There are two different forms of time-and-expense contracts. Some firms build their overhead and profit into billing rates. For such firms, a time-and-expense contract is exactly that — a bill for professional time at stipulated rates plus a direct pass-through of expenses. The other form of contract, which is more properly called "cost-plus," uses a billing rate that does not include profit and that, in some cases, does not include overhead. Under such a contract, the consultant bills the client the actual cost of personnel and expenses and then adds a profit factor (sometimes called an "administrative fee" or something besides "profit") and, in some cases, an overhead factor on top of the basic rate. Federal agencies often require billing for actual costs but then allow billing of both overhead and profit factors.
There is not a significant difference between the two types of contracts other than custom and practice. Clearly the gross billing rates of firms that simply bill time and expenses include both overhead and profit figures, regardless of whether that is itemized. The more detail that the agency seeks, the more accounting work will be involved for both parties.
Public agencies typically prefer fixed-price contracts. The advantage of the fixed-price contract is that the agency knows exactly what the project will cost in advance. Some consultants also consider that an advantage, although others prefer the time-and-expense approach.

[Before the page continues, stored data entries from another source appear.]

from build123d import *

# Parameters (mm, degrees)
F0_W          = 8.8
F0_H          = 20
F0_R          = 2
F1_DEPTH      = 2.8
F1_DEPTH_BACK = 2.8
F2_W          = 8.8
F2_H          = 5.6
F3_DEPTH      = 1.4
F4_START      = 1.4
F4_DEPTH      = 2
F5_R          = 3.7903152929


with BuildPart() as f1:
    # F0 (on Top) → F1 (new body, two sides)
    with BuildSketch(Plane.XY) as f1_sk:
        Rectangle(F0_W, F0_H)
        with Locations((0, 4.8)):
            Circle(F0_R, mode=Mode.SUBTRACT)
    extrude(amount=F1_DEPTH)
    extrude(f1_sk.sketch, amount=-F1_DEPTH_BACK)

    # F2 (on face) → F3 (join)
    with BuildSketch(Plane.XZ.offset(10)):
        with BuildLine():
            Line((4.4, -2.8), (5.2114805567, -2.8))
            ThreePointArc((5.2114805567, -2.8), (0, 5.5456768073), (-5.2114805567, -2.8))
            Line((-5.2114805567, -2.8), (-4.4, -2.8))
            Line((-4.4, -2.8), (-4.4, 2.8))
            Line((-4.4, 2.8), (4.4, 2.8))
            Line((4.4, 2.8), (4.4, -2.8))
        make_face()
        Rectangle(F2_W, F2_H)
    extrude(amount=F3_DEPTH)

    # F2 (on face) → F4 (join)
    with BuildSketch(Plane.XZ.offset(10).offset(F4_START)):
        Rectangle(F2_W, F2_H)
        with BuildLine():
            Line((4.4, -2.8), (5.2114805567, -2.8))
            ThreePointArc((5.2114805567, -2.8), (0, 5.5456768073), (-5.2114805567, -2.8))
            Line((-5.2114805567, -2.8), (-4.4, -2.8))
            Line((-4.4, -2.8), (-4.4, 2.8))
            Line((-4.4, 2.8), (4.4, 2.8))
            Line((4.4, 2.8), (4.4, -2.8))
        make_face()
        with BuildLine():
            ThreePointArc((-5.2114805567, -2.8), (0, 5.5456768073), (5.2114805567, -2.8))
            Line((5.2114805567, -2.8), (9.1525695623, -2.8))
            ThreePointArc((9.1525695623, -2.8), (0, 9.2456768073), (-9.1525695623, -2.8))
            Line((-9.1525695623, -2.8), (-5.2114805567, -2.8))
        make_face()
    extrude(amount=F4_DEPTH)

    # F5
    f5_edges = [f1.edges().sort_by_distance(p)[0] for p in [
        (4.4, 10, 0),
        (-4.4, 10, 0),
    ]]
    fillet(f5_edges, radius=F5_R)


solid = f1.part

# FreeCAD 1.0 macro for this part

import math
import FreeCAD as App
import Part
import Sketcher

V = App.Vector
Q = App.Units.Quantity


def edges_at(feature, points):
    """Names of the edges that pass closest to the given points."""
    edges = feature.Shape.Edges
    near = lambda p: min(range(len(edges)), key=lambda i: edges[i].distToShape(Part.Vertex(*p))[0])
    return sorted({f"Edge{near(p) + 1}" for p in points})

doc = App.newDocument("Part")
body = doc.addObject("PartDesign::Body", "Body")

# Sketch on XY plane
sketch1 = doc.addObject("Sketcher::SketchObject", "Sketch")
body.addObject(sketch1)
sketch1.AttachmentSupport = (doc.XY_Plane, [""])
sketch1.MapMode = "FlatFace"
sketch1.addGeometry(Part.LineSegment(V(-4.4, 10, 0), V(-4.4, -10, 0)), False)
sketch1.addGeometry(Part.LineSegment(V(-4.4, -10, 0), V(4.4, -10, 0)), False)
sketch1.addGeometry(Part.LineSegment(V(4.4, -10, 0), V(4.4, 10, 0)), False)
sketch1.addGeometry(Part.LineSegment(V(4.4, 10, 0), V(-4.4, 10, 0)), False)
sketch1.addGeometry(Part.Circle(V(0, 4.8, 0), V(0, 0, 1), 2), False)
sketch1.addConstraint(Sketcher.Constraint("Coincident", 0, 2, 1, 1))
sketch1.addConstraint(Sketcher.Constraint("Coincident", 1, 2, 2, 1))
sketch1.addConstraint(Sketcher.Constraint("Coincident", 2, 2, 3, 1))
sketch1.addConstraint(Sketcher.Constraint("Coincident", 3, 2, 0, 1))
sketch1.addConstraint(Sketcher.Constraint("Vertical", 0))
sketch1.addConstraint(Sketcher.Constraint("Horizontal", 1))
sketch1.addConstraint(Sketcher.Constraint("Vertical", 2))
sketch1.addConstraint(Sketcher.Constraint("Horizontal", 3))
sketch1.addConstraint(Sketcher.Constraint("Symmetric", 0, 2, 2, 2, -1, 1))
sketch1.addConstraint(Sketcher.Constraint("PointOnObject", 4, 3, -2))
sketch1.addConstraint(Sketcher.Constraint("Diameter", 4, Q("4 mm")))
sketch1.addConstraint(Sketcher.Constraint("DistanceY", 0, 2, 0, 1, Q("20 mm")))
sketch1.addConstraint(Sketcher.Constraint("DistanceX", 1, 1, 1, 2, Q("8.8 mm")))
sketch1.addConstraint(Sketcher.Constraint("DistanceY", -1, 1, 4, 3, Q("4.8 mm")))
pad1 = doc.addObject("PartDesign::Pad", "Pad")
body.addObject(pad1)
pad1.Profile = sketch1
pad1.Type = "TwoLengths"
pad1.Length = 2.8
pad1.Length2 = 2.8

# Sketch on XZ plane
sketch2 = doc.addObject("Sketcher::SketchObject", "Sketch001")
body.addObject(sketch2)
sketch2.AttachmentSupport = (doc.XZ_Plane, [""])
sketch2.MapMode = "FlatFace"
sketch2.AttachmentOffset = App.Placement(V(0, 0, 10), App.Rotation())
sketch2.addGeometry(Part.ArcOfCircle(Part.Circle(V(0, -0.254323, 0), V(0, 0, 1), 5.8), math.radians(-26.034342), math.radians(206.034342)), False)
sketch2.addGeometry(Part.LineSegment(V(-5.211481, -2.8, 0), V(5.211481, -2.8, 0)), False)
sketch2.addConstraint(Sketcher.Constraint("Coincident", 0, 1, 1, 2))
sketch2.addConstraint(Sketcher.Constraint("Coincident", 1, 1, 0, 2))
sketch2.addConstraint(Sketcher.Constraint("Horizontal", 1))
sketch2.addConstraint(Sketcher.Constraint("PointOnObject", 0, 3, -2))
sketch2.addConstraint(Sketcher.Constraint("Radius", 0, Q("5.8 mm")))
sketch2.addConstraint(Sketcher.Constraint("DistanceY", 0, 1, -1, 1, Q("2.8 mm")))
sketch2.addConstraint(Sketcher.Constraint("DistanceX", 1, 1, 1, 2, Q("10.422961 mm")))
pad2 = doc.addObject("PartDesign::Pad", "Pad001")
body.addObject(pad2)
pad2.Profile = sketch2
pad2.Length = 1.4

# Sketch on XZ plane
sketch3 = doc.addObject("Sketcher::SketchObject", "Sketch002")
body.addObject(sketch3)
sketch3.AttachmentSupport = (doc.XZ_Plane, [""])
sketch3.MapMode = "FlatFace"
sketch3.AttachmentOffset = App.Placement(V(0, 0, 11.4), App.Rotation())
sketch3.addGeometry(Part.ArcOfCircle(Part.Circle(V(0, -0.254323, 0), V(0, 0, 1), 9.5), math.radians(-15.543267), math.radians(195.543267)), False)
sketch3.addGeometry(Part.LineSegment(V(-9.15257, -2.8, 0), V(9.15257, -2.8, 0)), False)
sketch3.addConstraint(Sketcher.Constraint("Coincident", 0, 1, 1, 2))
sketch3.addConstraint(Sketcher.Constraint("Coincident", 1, 1, 0, 2))
sketch3.addConstraint(Sketcher.Constraint("Horizontal", 1))
sketch3.addConstraint(Sketcher.Constraint("PointOnObject", 0, 3, -2))
sketch3.addConstraint(Sketcher.Constraint("Radius", 0, Q("9.5 mm")))
sketch3.addConstraint(Sketcher.Constraint("DistanceY", 0, 1, -1, 1, Q("2.8 mm")))
sketch3.addConstraint(Sketcher.Constraint("DistanceX", 1, 1, 1, 2, Q("18.305139 mm")))
pad3 = doc.addObject("PartDesign::Pad", "Pad002")
body.addObject(pad3)
pad3.Profile = sketch3
pad3.Length = 2
doc.recompute()

fillet = doc.addObject("PartDesign::Fillet", "Fillet")
body.addObject(fillet)
fillet.Base = (pad3, edges_at(pad3, [(4.4, 10, 0), (-4.4, 10, 0)]))
fillet.Radius = 3.790315

doc.recompute()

A public agency may experience problems with a fixed-price contract under two different circumstances. If there are unexpected developments in the project, beyond the control of either the agency or the consultant, the consultant may be willing to adjust the scope of work to address those developments only with a significant cost increase. The second type of problem occurs when the scope of services does not adequately represent what the agency expected from the consultant. Although many consultants go to a good deal of trouble to ensure that all clients are happy clients, and thus will occasionally provide a moderate amount of work beyond what is absolutely required by the contract, few are willing to provide substantially more services than the contract calls for without some additional compensation. If the consultant finishes the work required by the contract and the agency still needs help, the agency will have to find a way to pay for it.
Some contract forms include the strengths of both approaches. Time-and-expense contracts often include a "not-to-exceed" figure, or "upset price," guaranteeing the public agency that the total project will be completed for an amount that does not exceed the specified figure. Although that might sound exactly like a fixed-price contract, it is not. The "not-to-exceed" figure is usually set somewhat above the total amount that the agency expects to spend on the project, whereas, in the fixed-price contract, the price represents the agency's assessment of the value of the work. The "not-to-exceed" approach is appropriate where the agency anticipates that through effective project management or through offering the assistance of agency staff to the consultant, it can reduce project time or costs.

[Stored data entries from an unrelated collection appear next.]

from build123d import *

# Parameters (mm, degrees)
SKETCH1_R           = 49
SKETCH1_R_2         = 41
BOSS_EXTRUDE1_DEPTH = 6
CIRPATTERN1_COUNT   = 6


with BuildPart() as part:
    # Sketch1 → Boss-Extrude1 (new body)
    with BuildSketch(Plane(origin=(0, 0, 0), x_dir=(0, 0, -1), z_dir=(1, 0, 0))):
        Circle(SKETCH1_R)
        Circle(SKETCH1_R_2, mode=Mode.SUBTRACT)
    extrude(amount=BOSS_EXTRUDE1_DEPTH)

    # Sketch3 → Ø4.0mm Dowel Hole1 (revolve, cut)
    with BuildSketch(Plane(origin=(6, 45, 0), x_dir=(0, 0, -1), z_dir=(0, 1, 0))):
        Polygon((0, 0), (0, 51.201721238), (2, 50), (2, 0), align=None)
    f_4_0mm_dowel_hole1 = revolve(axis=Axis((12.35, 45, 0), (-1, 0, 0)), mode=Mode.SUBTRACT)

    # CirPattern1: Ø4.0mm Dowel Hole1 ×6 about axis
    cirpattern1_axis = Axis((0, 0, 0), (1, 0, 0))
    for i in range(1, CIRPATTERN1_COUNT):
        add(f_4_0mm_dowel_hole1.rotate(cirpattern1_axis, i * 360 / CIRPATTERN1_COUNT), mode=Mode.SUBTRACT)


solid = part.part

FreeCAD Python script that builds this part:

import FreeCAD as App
import Part
import Sketcher
from FreeCAD import Vector
Q = App.Units.Quantity


def add_polygon(sketch, points):
    """Adds a closed chain of lines whose ends are joined by coincident constraints."""
    first, n = sketch.GeometryCount, len(points)
    for a, b in zip(points, points[1:] + points[:1]):
        sketch.addGeometry(Part.LineSegment(App.Vector(*a, 0), App.Vector(*b, 0)), False)
    for i in range(n):
        sketch.addConstraint(Sketcher.Constraint("Coincident", first + i, 2, first + (i + 1) % n, 1))

doc = App.newDocument("Part")
body = doc.addObject("PartDesign::Body", "Body")

# Sketch on YZ plane
sketch1 = body.newObject("Sketcher::SketchObject", "Sketch")
sketch1.AttachmentSupport = (doc.getObject("YZ_Plane"), [""])
sketch1.MapMode = "FlatFace"
sketch1.addGeometry(Part.Circle(Vector(0, 0, 0), Vector(0, 0, 1), 49), False)
sketch1.addGeometry(Part.Circle(Vector(0, 0, 0), Vector(0, 0, 1), 41), False)
sketch1.addConstraint(Sketcher.Constraint("Coincident", 0, 3, -1, 1))
sketch1.addConstraint(Sketcher.Constraint("Coincident", 1, 3, -1, 1))
sketch1.addConstraint(Sketcher.Constraint("Diameter", 0, 98.0))
sketch1.addConstraint(Sketcher.Constraint("Diameter", 1, 82.0))
pad1 = body.newObject("PartDesign::Pad", "Pad")
pad1.Profile = sketch1
pad1.Length = 6

# Sketch on XZ plane
sketch2 = body.newObject("Sketcher::SketchObject", "Sketch001")
sketch2.AttachmentSupport = (doc.getObject("XZ_Plane"), [""])
sketch2.MapMode = "FlatFace"
sketch2.AttachmentOffset = App.Placement(Vector(0, 0, -45), App.Rotation())
add_polygon(sketch2, [(-45.201721, 0), (6, 0), (6, -2), (-44, -2)])  # lines 0-3
sketch2.addConstraint(Sketcher.Constraint("Horizontal", 0))
sketch2.addConstraint(Sketcher.Constraint("Vertical", 1))
sketch2.addConstraint(Sketcher.Constraint("Horizontal", 2))
sketch2.addConstraint(Sketcher.Constraint("PointOnObject", 0, 2, -1))
sketch2.addConstraint(Sketcher.Constraint("DistanceX", 2, 2, 2, 1, 50.0))
sketch2.addConstraint(Sketcher.Constraint("DistanceY", 1, 2, 1, 1, 2.0))
sketch2.addConstraint(Sketcher.Constraint("Angle", 3, Q("121 deg")))
sketch2.addConstraint(Sketcher.Constraint("DistanceX", -1, 1, 0, 2, 6.0))
groove = body.newObject("PartDesign::Groove", "Groove")
groove.Profile = sketch2
groove.ReferenceAxis = (sketch2, ["H_Axis"])
groove.Angle = 360
doc.recompute()

polarpattern = body.newObject("PartDesign::PolarPattern", "PolarPattern")
polarpattern.Originals = [groove]
polarpattern.Axis = (doc.getObject("X_Axis"), [""])
polarpattern.Angle = 360
polarpattern.Occurrences = 6
body.Tip = polarpattern

doc.recompute()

Another type of contract that includes some of the strengths of both types of contracts is one that establishes a fixed price for the professional services but allows the consultant to bill the agency for specified out-of-pocket expenses. Such expenses always include travel costs and outside printing costs. Whether they also include routine photocopies, postage, and long-distance telephone charges is generally subject to negotiation between the parties. This type of contract is appropriate when the parties know basically what services will be required but for some reason are unable to predict the exact level of expenses. Consultants asked to travel outside the 48 contiguous states often ask for such contracts, because of the lack of predictability of airfare on such routes.
Some fixed-price contracts include additional, extra-cost options. Those may be priced either on a unit-cost basis or on a time-and-expenses basis. For example, the basic scope of services may include six trips to the community by consultant personnel with the option for the agency to require extra trips either for a specific price per trip or on a time-and-expense basis at specified billing rates. Many fixed-price contracts include the option for the agency to purchase extra copies of reports or maps on this basis. An agency should always consider including such additional- cost options in a fixed-price contract, because it offers the agency a way to deal with contingencies at a predictable price and it also avoids the need of going back through a fully competitive process in order to obtain supplemental services on the same project.
Doing Business with Teams
Some RFPs expressly seek response from multidisciplinary teams. Others, while not explicitly suggesting submissions from teams, define project goals or work programs that clearly require planners, designers, attorneys and experts in economics, finance, and traffic. Although a few large firms attempt to provide all of those services, a planning agency seeking such multidisciplinary services is likely to receive some responses from "teams," each team consisting of several separate firms.
There are two possible ways for an agency to do business with a team. It can hire each firm in the team separately, or it can contract with one entity for the services of the whole team.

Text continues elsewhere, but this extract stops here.